ZKP has long been applied in digital identity verification

EBSI and eIDAS 2.0

The European Union integrates ZKP into digital identity authentication under the eIDAS 2.0 framework. EU citizens use the European Digital Identity Wallet to present Verifiable Credentials that disclose only necessary attributes (age eligibility, EU nationality, valid driver’s license) without revealing complete personal records. This model serves 450 million citizens on a permissioned blockchain infrastructure, without relying on digital assets.

Estonia – X-Road and Blockchain

Estonia has integrated blockchain into its X-Road system since 2012, using cryptographic proofs to ensure data integrity. Estonia’s KSI blockchain demonstrates that national infrastructure can operate securely without storing personal data on-chain, an approach aligned with ZKP principles.

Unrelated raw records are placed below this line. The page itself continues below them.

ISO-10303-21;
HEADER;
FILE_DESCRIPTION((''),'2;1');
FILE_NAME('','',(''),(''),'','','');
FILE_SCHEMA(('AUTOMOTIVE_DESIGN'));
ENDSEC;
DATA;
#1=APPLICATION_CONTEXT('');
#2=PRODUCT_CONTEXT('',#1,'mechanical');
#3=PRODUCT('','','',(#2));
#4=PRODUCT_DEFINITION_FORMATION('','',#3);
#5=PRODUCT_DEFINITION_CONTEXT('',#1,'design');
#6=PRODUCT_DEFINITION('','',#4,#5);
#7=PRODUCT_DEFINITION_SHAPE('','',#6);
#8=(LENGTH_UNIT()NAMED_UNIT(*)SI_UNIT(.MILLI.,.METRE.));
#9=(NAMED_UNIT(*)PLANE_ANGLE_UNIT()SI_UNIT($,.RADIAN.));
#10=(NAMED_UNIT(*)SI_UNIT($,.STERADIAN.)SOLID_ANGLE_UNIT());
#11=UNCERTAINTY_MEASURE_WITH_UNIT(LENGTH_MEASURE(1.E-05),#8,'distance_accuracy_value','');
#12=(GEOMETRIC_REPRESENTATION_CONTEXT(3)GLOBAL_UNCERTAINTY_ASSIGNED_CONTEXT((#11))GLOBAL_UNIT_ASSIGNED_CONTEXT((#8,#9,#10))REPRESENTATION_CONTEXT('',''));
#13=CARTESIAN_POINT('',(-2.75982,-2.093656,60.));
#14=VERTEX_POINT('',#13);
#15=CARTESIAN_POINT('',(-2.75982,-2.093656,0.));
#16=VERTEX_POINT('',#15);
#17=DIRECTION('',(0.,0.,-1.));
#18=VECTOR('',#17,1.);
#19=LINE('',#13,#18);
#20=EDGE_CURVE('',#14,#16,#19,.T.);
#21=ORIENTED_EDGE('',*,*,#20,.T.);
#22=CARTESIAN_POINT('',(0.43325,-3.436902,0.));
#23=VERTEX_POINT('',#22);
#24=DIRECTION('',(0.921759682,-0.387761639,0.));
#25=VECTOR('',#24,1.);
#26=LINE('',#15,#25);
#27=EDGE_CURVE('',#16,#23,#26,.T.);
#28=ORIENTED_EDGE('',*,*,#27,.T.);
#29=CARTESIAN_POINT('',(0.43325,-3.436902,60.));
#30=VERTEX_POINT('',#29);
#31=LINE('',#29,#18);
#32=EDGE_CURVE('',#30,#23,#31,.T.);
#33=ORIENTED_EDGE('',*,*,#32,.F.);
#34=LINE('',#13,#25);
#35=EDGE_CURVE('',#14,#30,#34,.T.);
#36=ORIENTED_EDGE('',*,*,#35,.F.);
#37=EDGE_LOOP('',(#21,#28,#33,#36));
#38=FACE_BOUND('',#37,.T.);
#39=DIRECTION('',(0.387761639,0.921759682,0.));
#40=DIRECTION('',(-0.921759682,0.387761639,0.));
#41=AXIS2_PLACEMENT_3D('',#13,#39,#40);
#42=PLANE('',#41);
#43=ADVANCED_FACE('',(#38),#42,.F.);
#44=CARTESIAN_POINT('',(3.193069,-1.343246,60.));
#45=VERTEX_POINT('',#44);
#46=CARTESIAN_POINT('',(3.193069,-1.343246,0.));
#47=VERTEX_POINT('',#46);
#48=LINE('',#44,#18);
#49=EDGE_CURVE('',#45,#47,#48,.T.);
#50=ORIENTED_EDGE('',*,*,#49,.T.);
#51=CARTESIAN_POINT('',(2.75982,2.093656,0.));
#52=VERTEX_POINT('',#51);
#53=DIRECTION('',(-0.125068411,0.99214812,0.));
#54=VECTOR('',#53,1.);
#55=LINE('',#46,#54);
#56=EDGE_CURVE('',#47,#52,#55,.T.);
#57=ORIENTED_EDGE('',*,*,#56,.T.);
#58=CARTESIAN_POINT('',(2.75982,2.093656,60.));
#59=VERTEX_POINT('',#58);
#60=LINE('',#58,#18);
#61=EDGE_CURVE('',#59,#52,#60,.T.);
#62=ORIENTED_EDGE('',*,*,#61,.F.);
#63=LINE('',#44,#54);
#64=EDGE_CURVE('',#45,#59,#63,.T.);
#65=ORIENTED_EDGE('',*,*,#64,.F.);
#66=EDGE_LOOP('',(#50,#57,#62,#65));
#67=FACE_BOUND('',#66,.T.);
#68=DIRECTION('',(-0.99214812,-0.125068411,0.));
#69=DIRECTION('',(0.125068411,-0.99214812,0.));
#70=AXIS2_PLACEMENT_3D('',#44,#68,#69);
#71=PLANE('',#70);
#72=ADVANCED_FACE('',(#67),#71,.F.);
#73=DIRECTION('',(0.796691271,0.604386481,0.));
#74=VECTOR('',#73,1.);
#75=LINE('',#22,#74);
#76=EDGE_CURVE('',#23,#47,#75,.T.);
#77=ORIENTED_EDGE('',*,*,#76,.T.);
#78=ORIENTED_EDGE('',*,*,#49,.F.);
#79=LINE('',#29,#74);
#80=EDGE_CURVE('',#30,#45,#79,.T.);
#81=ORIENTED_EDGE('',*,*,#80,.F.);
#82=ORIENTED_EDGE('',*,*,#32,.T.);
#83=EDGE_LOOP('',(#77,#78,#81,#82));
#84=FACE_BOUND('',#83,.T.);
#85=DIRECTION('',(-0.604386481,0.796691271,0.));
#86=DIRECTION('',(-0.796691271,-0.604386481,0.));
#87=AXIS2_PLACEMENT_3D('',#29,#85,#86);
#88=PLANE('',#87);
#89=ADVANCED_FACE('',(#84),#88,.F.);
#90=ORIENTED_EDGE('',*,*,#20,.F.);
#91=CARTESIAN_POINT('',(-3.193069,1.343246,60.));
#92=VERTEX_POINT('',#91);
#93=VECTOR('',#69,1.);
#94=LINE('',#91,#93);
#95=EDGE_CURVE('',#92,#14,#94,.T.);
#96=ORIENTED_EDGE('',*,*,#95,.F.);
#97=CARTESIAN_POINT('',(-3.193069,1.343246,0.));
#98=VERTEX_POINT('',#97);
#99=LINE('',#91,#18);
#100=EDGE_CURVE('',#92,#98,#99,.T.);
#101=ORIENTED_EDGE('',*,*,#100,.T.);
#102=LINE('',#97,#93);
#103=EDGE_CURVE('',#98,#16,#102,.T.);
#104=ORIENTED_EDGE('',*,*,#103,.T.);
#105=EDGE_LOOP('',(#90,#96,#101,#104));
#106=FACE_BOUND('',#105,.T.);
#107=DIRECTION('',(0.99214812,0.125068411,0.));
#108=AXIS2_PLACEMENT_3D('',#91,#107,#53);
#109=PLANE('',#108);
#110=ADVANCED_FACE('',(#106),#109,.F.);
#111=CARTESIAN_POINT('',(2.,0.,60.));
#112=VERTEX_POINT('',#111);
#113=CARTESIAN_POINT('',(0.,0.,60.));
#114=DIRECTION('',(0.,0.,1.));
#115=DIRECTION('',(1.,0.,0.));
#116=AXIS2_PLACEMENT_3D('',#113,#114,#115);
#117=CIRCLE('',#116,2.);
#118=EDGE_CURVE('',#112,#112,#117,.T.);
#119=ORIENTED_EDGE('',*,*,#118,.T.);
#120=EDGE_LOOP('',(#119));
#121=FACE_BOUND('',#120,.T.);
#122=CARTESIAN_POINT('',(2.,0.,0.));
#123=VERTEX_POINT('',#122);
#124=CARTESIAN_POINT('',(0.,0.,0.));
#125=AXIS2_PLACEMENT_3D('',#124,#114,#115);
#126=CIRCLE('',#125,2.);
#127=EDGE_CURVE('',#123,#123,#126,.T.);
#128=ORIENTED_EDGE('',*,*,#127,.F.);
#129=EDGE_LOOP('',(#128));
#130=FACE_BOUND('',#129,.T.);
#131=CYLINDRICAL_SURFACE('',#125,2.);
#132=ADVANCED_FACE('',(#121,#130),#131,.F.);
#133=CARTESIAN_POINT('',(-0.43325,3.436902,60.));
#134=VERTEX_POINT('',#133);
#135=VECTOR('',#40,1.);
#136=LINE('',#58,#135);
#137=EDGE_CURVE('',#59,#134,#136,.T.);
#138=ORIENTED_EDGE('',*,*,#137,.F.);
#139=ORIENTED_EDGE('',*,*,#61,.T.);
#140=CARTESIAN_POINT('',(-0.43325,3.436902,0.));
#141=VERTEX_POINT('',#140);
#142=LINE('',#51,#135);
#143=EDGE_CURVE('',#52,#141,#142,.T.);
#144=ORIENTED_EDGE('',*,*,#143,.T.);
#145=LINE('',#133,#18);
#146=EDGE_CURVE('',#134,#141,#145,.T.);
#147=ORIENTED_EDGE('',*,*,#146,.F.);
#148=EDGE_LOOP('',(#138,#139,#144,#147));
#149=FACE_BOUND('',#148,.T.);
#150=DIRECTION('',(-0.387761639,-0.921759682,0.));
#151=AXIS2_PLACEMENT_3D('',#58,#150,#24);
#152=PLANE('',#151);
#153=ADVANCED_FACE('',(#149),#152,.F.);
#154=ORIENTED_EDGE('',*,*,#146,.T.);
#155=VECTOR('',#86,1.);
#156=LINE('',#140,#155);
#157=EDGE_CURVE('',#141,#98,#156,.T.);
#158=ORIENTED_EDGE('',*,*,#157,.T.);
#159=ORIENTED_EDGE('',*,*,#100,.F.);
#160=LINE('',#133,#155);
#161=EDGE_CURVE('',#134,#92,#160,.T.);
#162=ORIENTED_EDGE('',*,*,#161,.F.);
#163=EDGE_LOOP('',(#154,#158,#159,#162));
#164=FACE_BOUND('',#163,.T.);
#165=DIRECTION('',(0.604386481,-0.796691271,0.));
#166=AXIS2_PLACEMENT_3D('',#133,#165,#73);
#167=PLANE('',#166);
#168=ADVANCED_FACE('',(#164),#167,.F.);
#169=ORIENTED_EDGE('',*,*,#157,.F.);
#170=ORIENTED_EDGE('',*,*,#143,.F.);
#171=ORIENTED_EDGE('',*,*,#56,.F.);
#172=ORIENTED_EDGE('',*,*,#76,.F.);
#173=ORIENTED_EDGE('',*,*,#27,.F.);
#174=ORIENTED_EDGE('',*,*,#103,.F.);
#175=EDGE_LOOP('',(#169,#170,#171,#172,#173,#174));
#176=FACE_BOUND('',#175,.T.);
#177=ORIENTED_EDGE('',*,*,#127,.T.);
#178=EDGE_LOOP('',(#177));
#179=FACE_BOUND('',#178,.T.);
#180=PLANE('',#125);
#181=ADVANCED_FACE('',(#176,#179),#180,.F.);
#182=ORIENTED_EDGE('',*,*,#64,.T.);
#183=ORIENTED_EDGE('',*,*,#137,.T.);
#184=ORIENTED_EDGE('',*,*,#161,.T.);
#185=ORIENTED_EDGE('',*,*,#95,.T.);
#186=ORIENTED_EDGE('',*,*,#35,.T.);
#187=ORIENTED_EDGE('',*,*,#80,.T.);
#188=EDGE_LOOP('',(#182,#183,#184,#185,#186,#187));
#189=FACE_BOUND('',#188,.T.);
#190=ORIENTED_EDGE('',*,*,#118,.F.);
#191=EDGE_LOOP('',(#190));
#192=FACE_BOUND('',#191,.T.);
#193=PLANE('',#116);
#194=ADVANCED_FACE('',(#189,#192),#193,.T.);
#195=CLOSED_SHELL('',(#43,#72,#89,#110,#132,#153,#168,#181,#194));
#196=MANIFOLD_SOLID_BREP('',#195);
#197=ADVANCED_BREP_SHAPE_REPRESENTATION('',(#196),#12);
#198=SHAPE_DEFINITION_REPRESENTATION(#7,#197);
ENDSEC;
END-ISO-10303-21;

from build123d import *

# Parameters (mm, degrees)
EXTRUDE_1_DEPTH          = 60
SKETCH_2_R               = 2
CUT_EXTRUDE_1_DEPTH      = 1
CUT_EXTRUDE_1_DEPTH_BACK = 61


with BuildPart() as part:
    # 草图1 → 凸台-拉伸1 (new body)
    with BuildSketch(Plane.XY):
        Polygon((2.759819518, 2.093656186), (-0.433249685, 3.436901906), (-3.193069203, 1.34324572), (-2.759819518, -2.093656186), (0.433249685, -3.436901906), (3.193069203, -1.34324572), align=None)
    extrude(amount=EXTRUDE_1_DEPTH)

    # 草图2 → 切除-拉伸1 (cut, two sides)
    with BuildSketch(Plane.XY.offset(60)) as cut_extrude_1_sk:
        Circle(SKETCH_2_R)
    extrude(amount=CUT_EXTRUDE_1_DEPTH, mode=Mode.SUBTRACT)
    extrude(cut_extrude_1_sk.sketch, amount=-CUT_EXTRUDE_1_DEPTH_BACK, mode=Mode.SUBTRACT)


solid = part.part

NDAChain and Zero-Knowledge Proof: Digital trust infrastructure for Vietnam

Resolution 57-NQ/TW identifies digital infrastructure development as a national strategic priority. NDAChain—Vietnam’s Blockchain Layer 1 infrastructure is designed with ZKP as a core security layer, serving national data protection and data sovereignty objectives.

Technical architecture supporting ZKP

NDAChain operates on a PoA-qBFT consensus mechanism with throughput of 1,200 TPS and EVM compatibility, capable of processing large volumes of ZKP verification without congestion. This architecture enables:

  • Fast proof verification: PoA-qBFT finalizes blocks within seconds, ensuring near real-time ZKP validation.

  • Low and predictable verification costs: No volatile gas fees as seen on public blockchains.

  • Ecosystem compatibility: EVM compatibility allows ZKP libraries such as Circom, SnarkJS, and Halo2 to be deployed directly on NDAChain.

The did:nda system and Verifiable Credentials

NDAChain implements the decentralized identity method did:nda, registered with the W3C DID Registry. Combined with ZKP, the system enables:

  1. Individuals to present Verifiable Credentials to prove attributes without revealing original data.

  2. Organizations to verify partners, employees, and suppliers without directly accessing personal databases.

  3. Regulators to audit compliance without centrally collecting and storing sensitive data.

This model aligns with the 2025 Personal Data Protection Law: personal data never leaves its source, only cryptographic proofs are verified on-chain. It embodies the principle of national data protection at the protocol level.

ZKP for enterprises on NDAChain

For enterprises, ZKP on NDAChain unlocks three strategic capabilities:

  • Compliance without exposure: Prove regulatory compliance (tax, environmental standards, product origin) without disclosing internal financial data.

  • Trustless collaboration: Multiple enterprises within a supply chain can validate shared data without relying on mutual trust ZKP ensures correctness through mathematics.

  • Protection of trade secrets: Participate in shared data networks without sacrificing competitive advantage.

The future: ZKP and digital trust infrastructure

ZKP also serves as the foundation for a new trust paradigm in the digital economy

ZKP is more than a cryptographic technology it is the foundation of a new trust paradigm in the digital economy. Instead of trust based on reputation or institutional authority, ZKP establishes trust through mathematics: anyone can verify; no one needs blind faith.

The 2024 Data Law requires integrity and traceability. The 2025 Personal Data Protection Law requires privacy protection. NDAChain, with ZKP integrated at the protocol layer, is the infrastructure capable of satisfying both requirements simultaneously, creating the digital trust foundation upon which public services, e-commerce, healthcare, education, and supply chains can securely operate.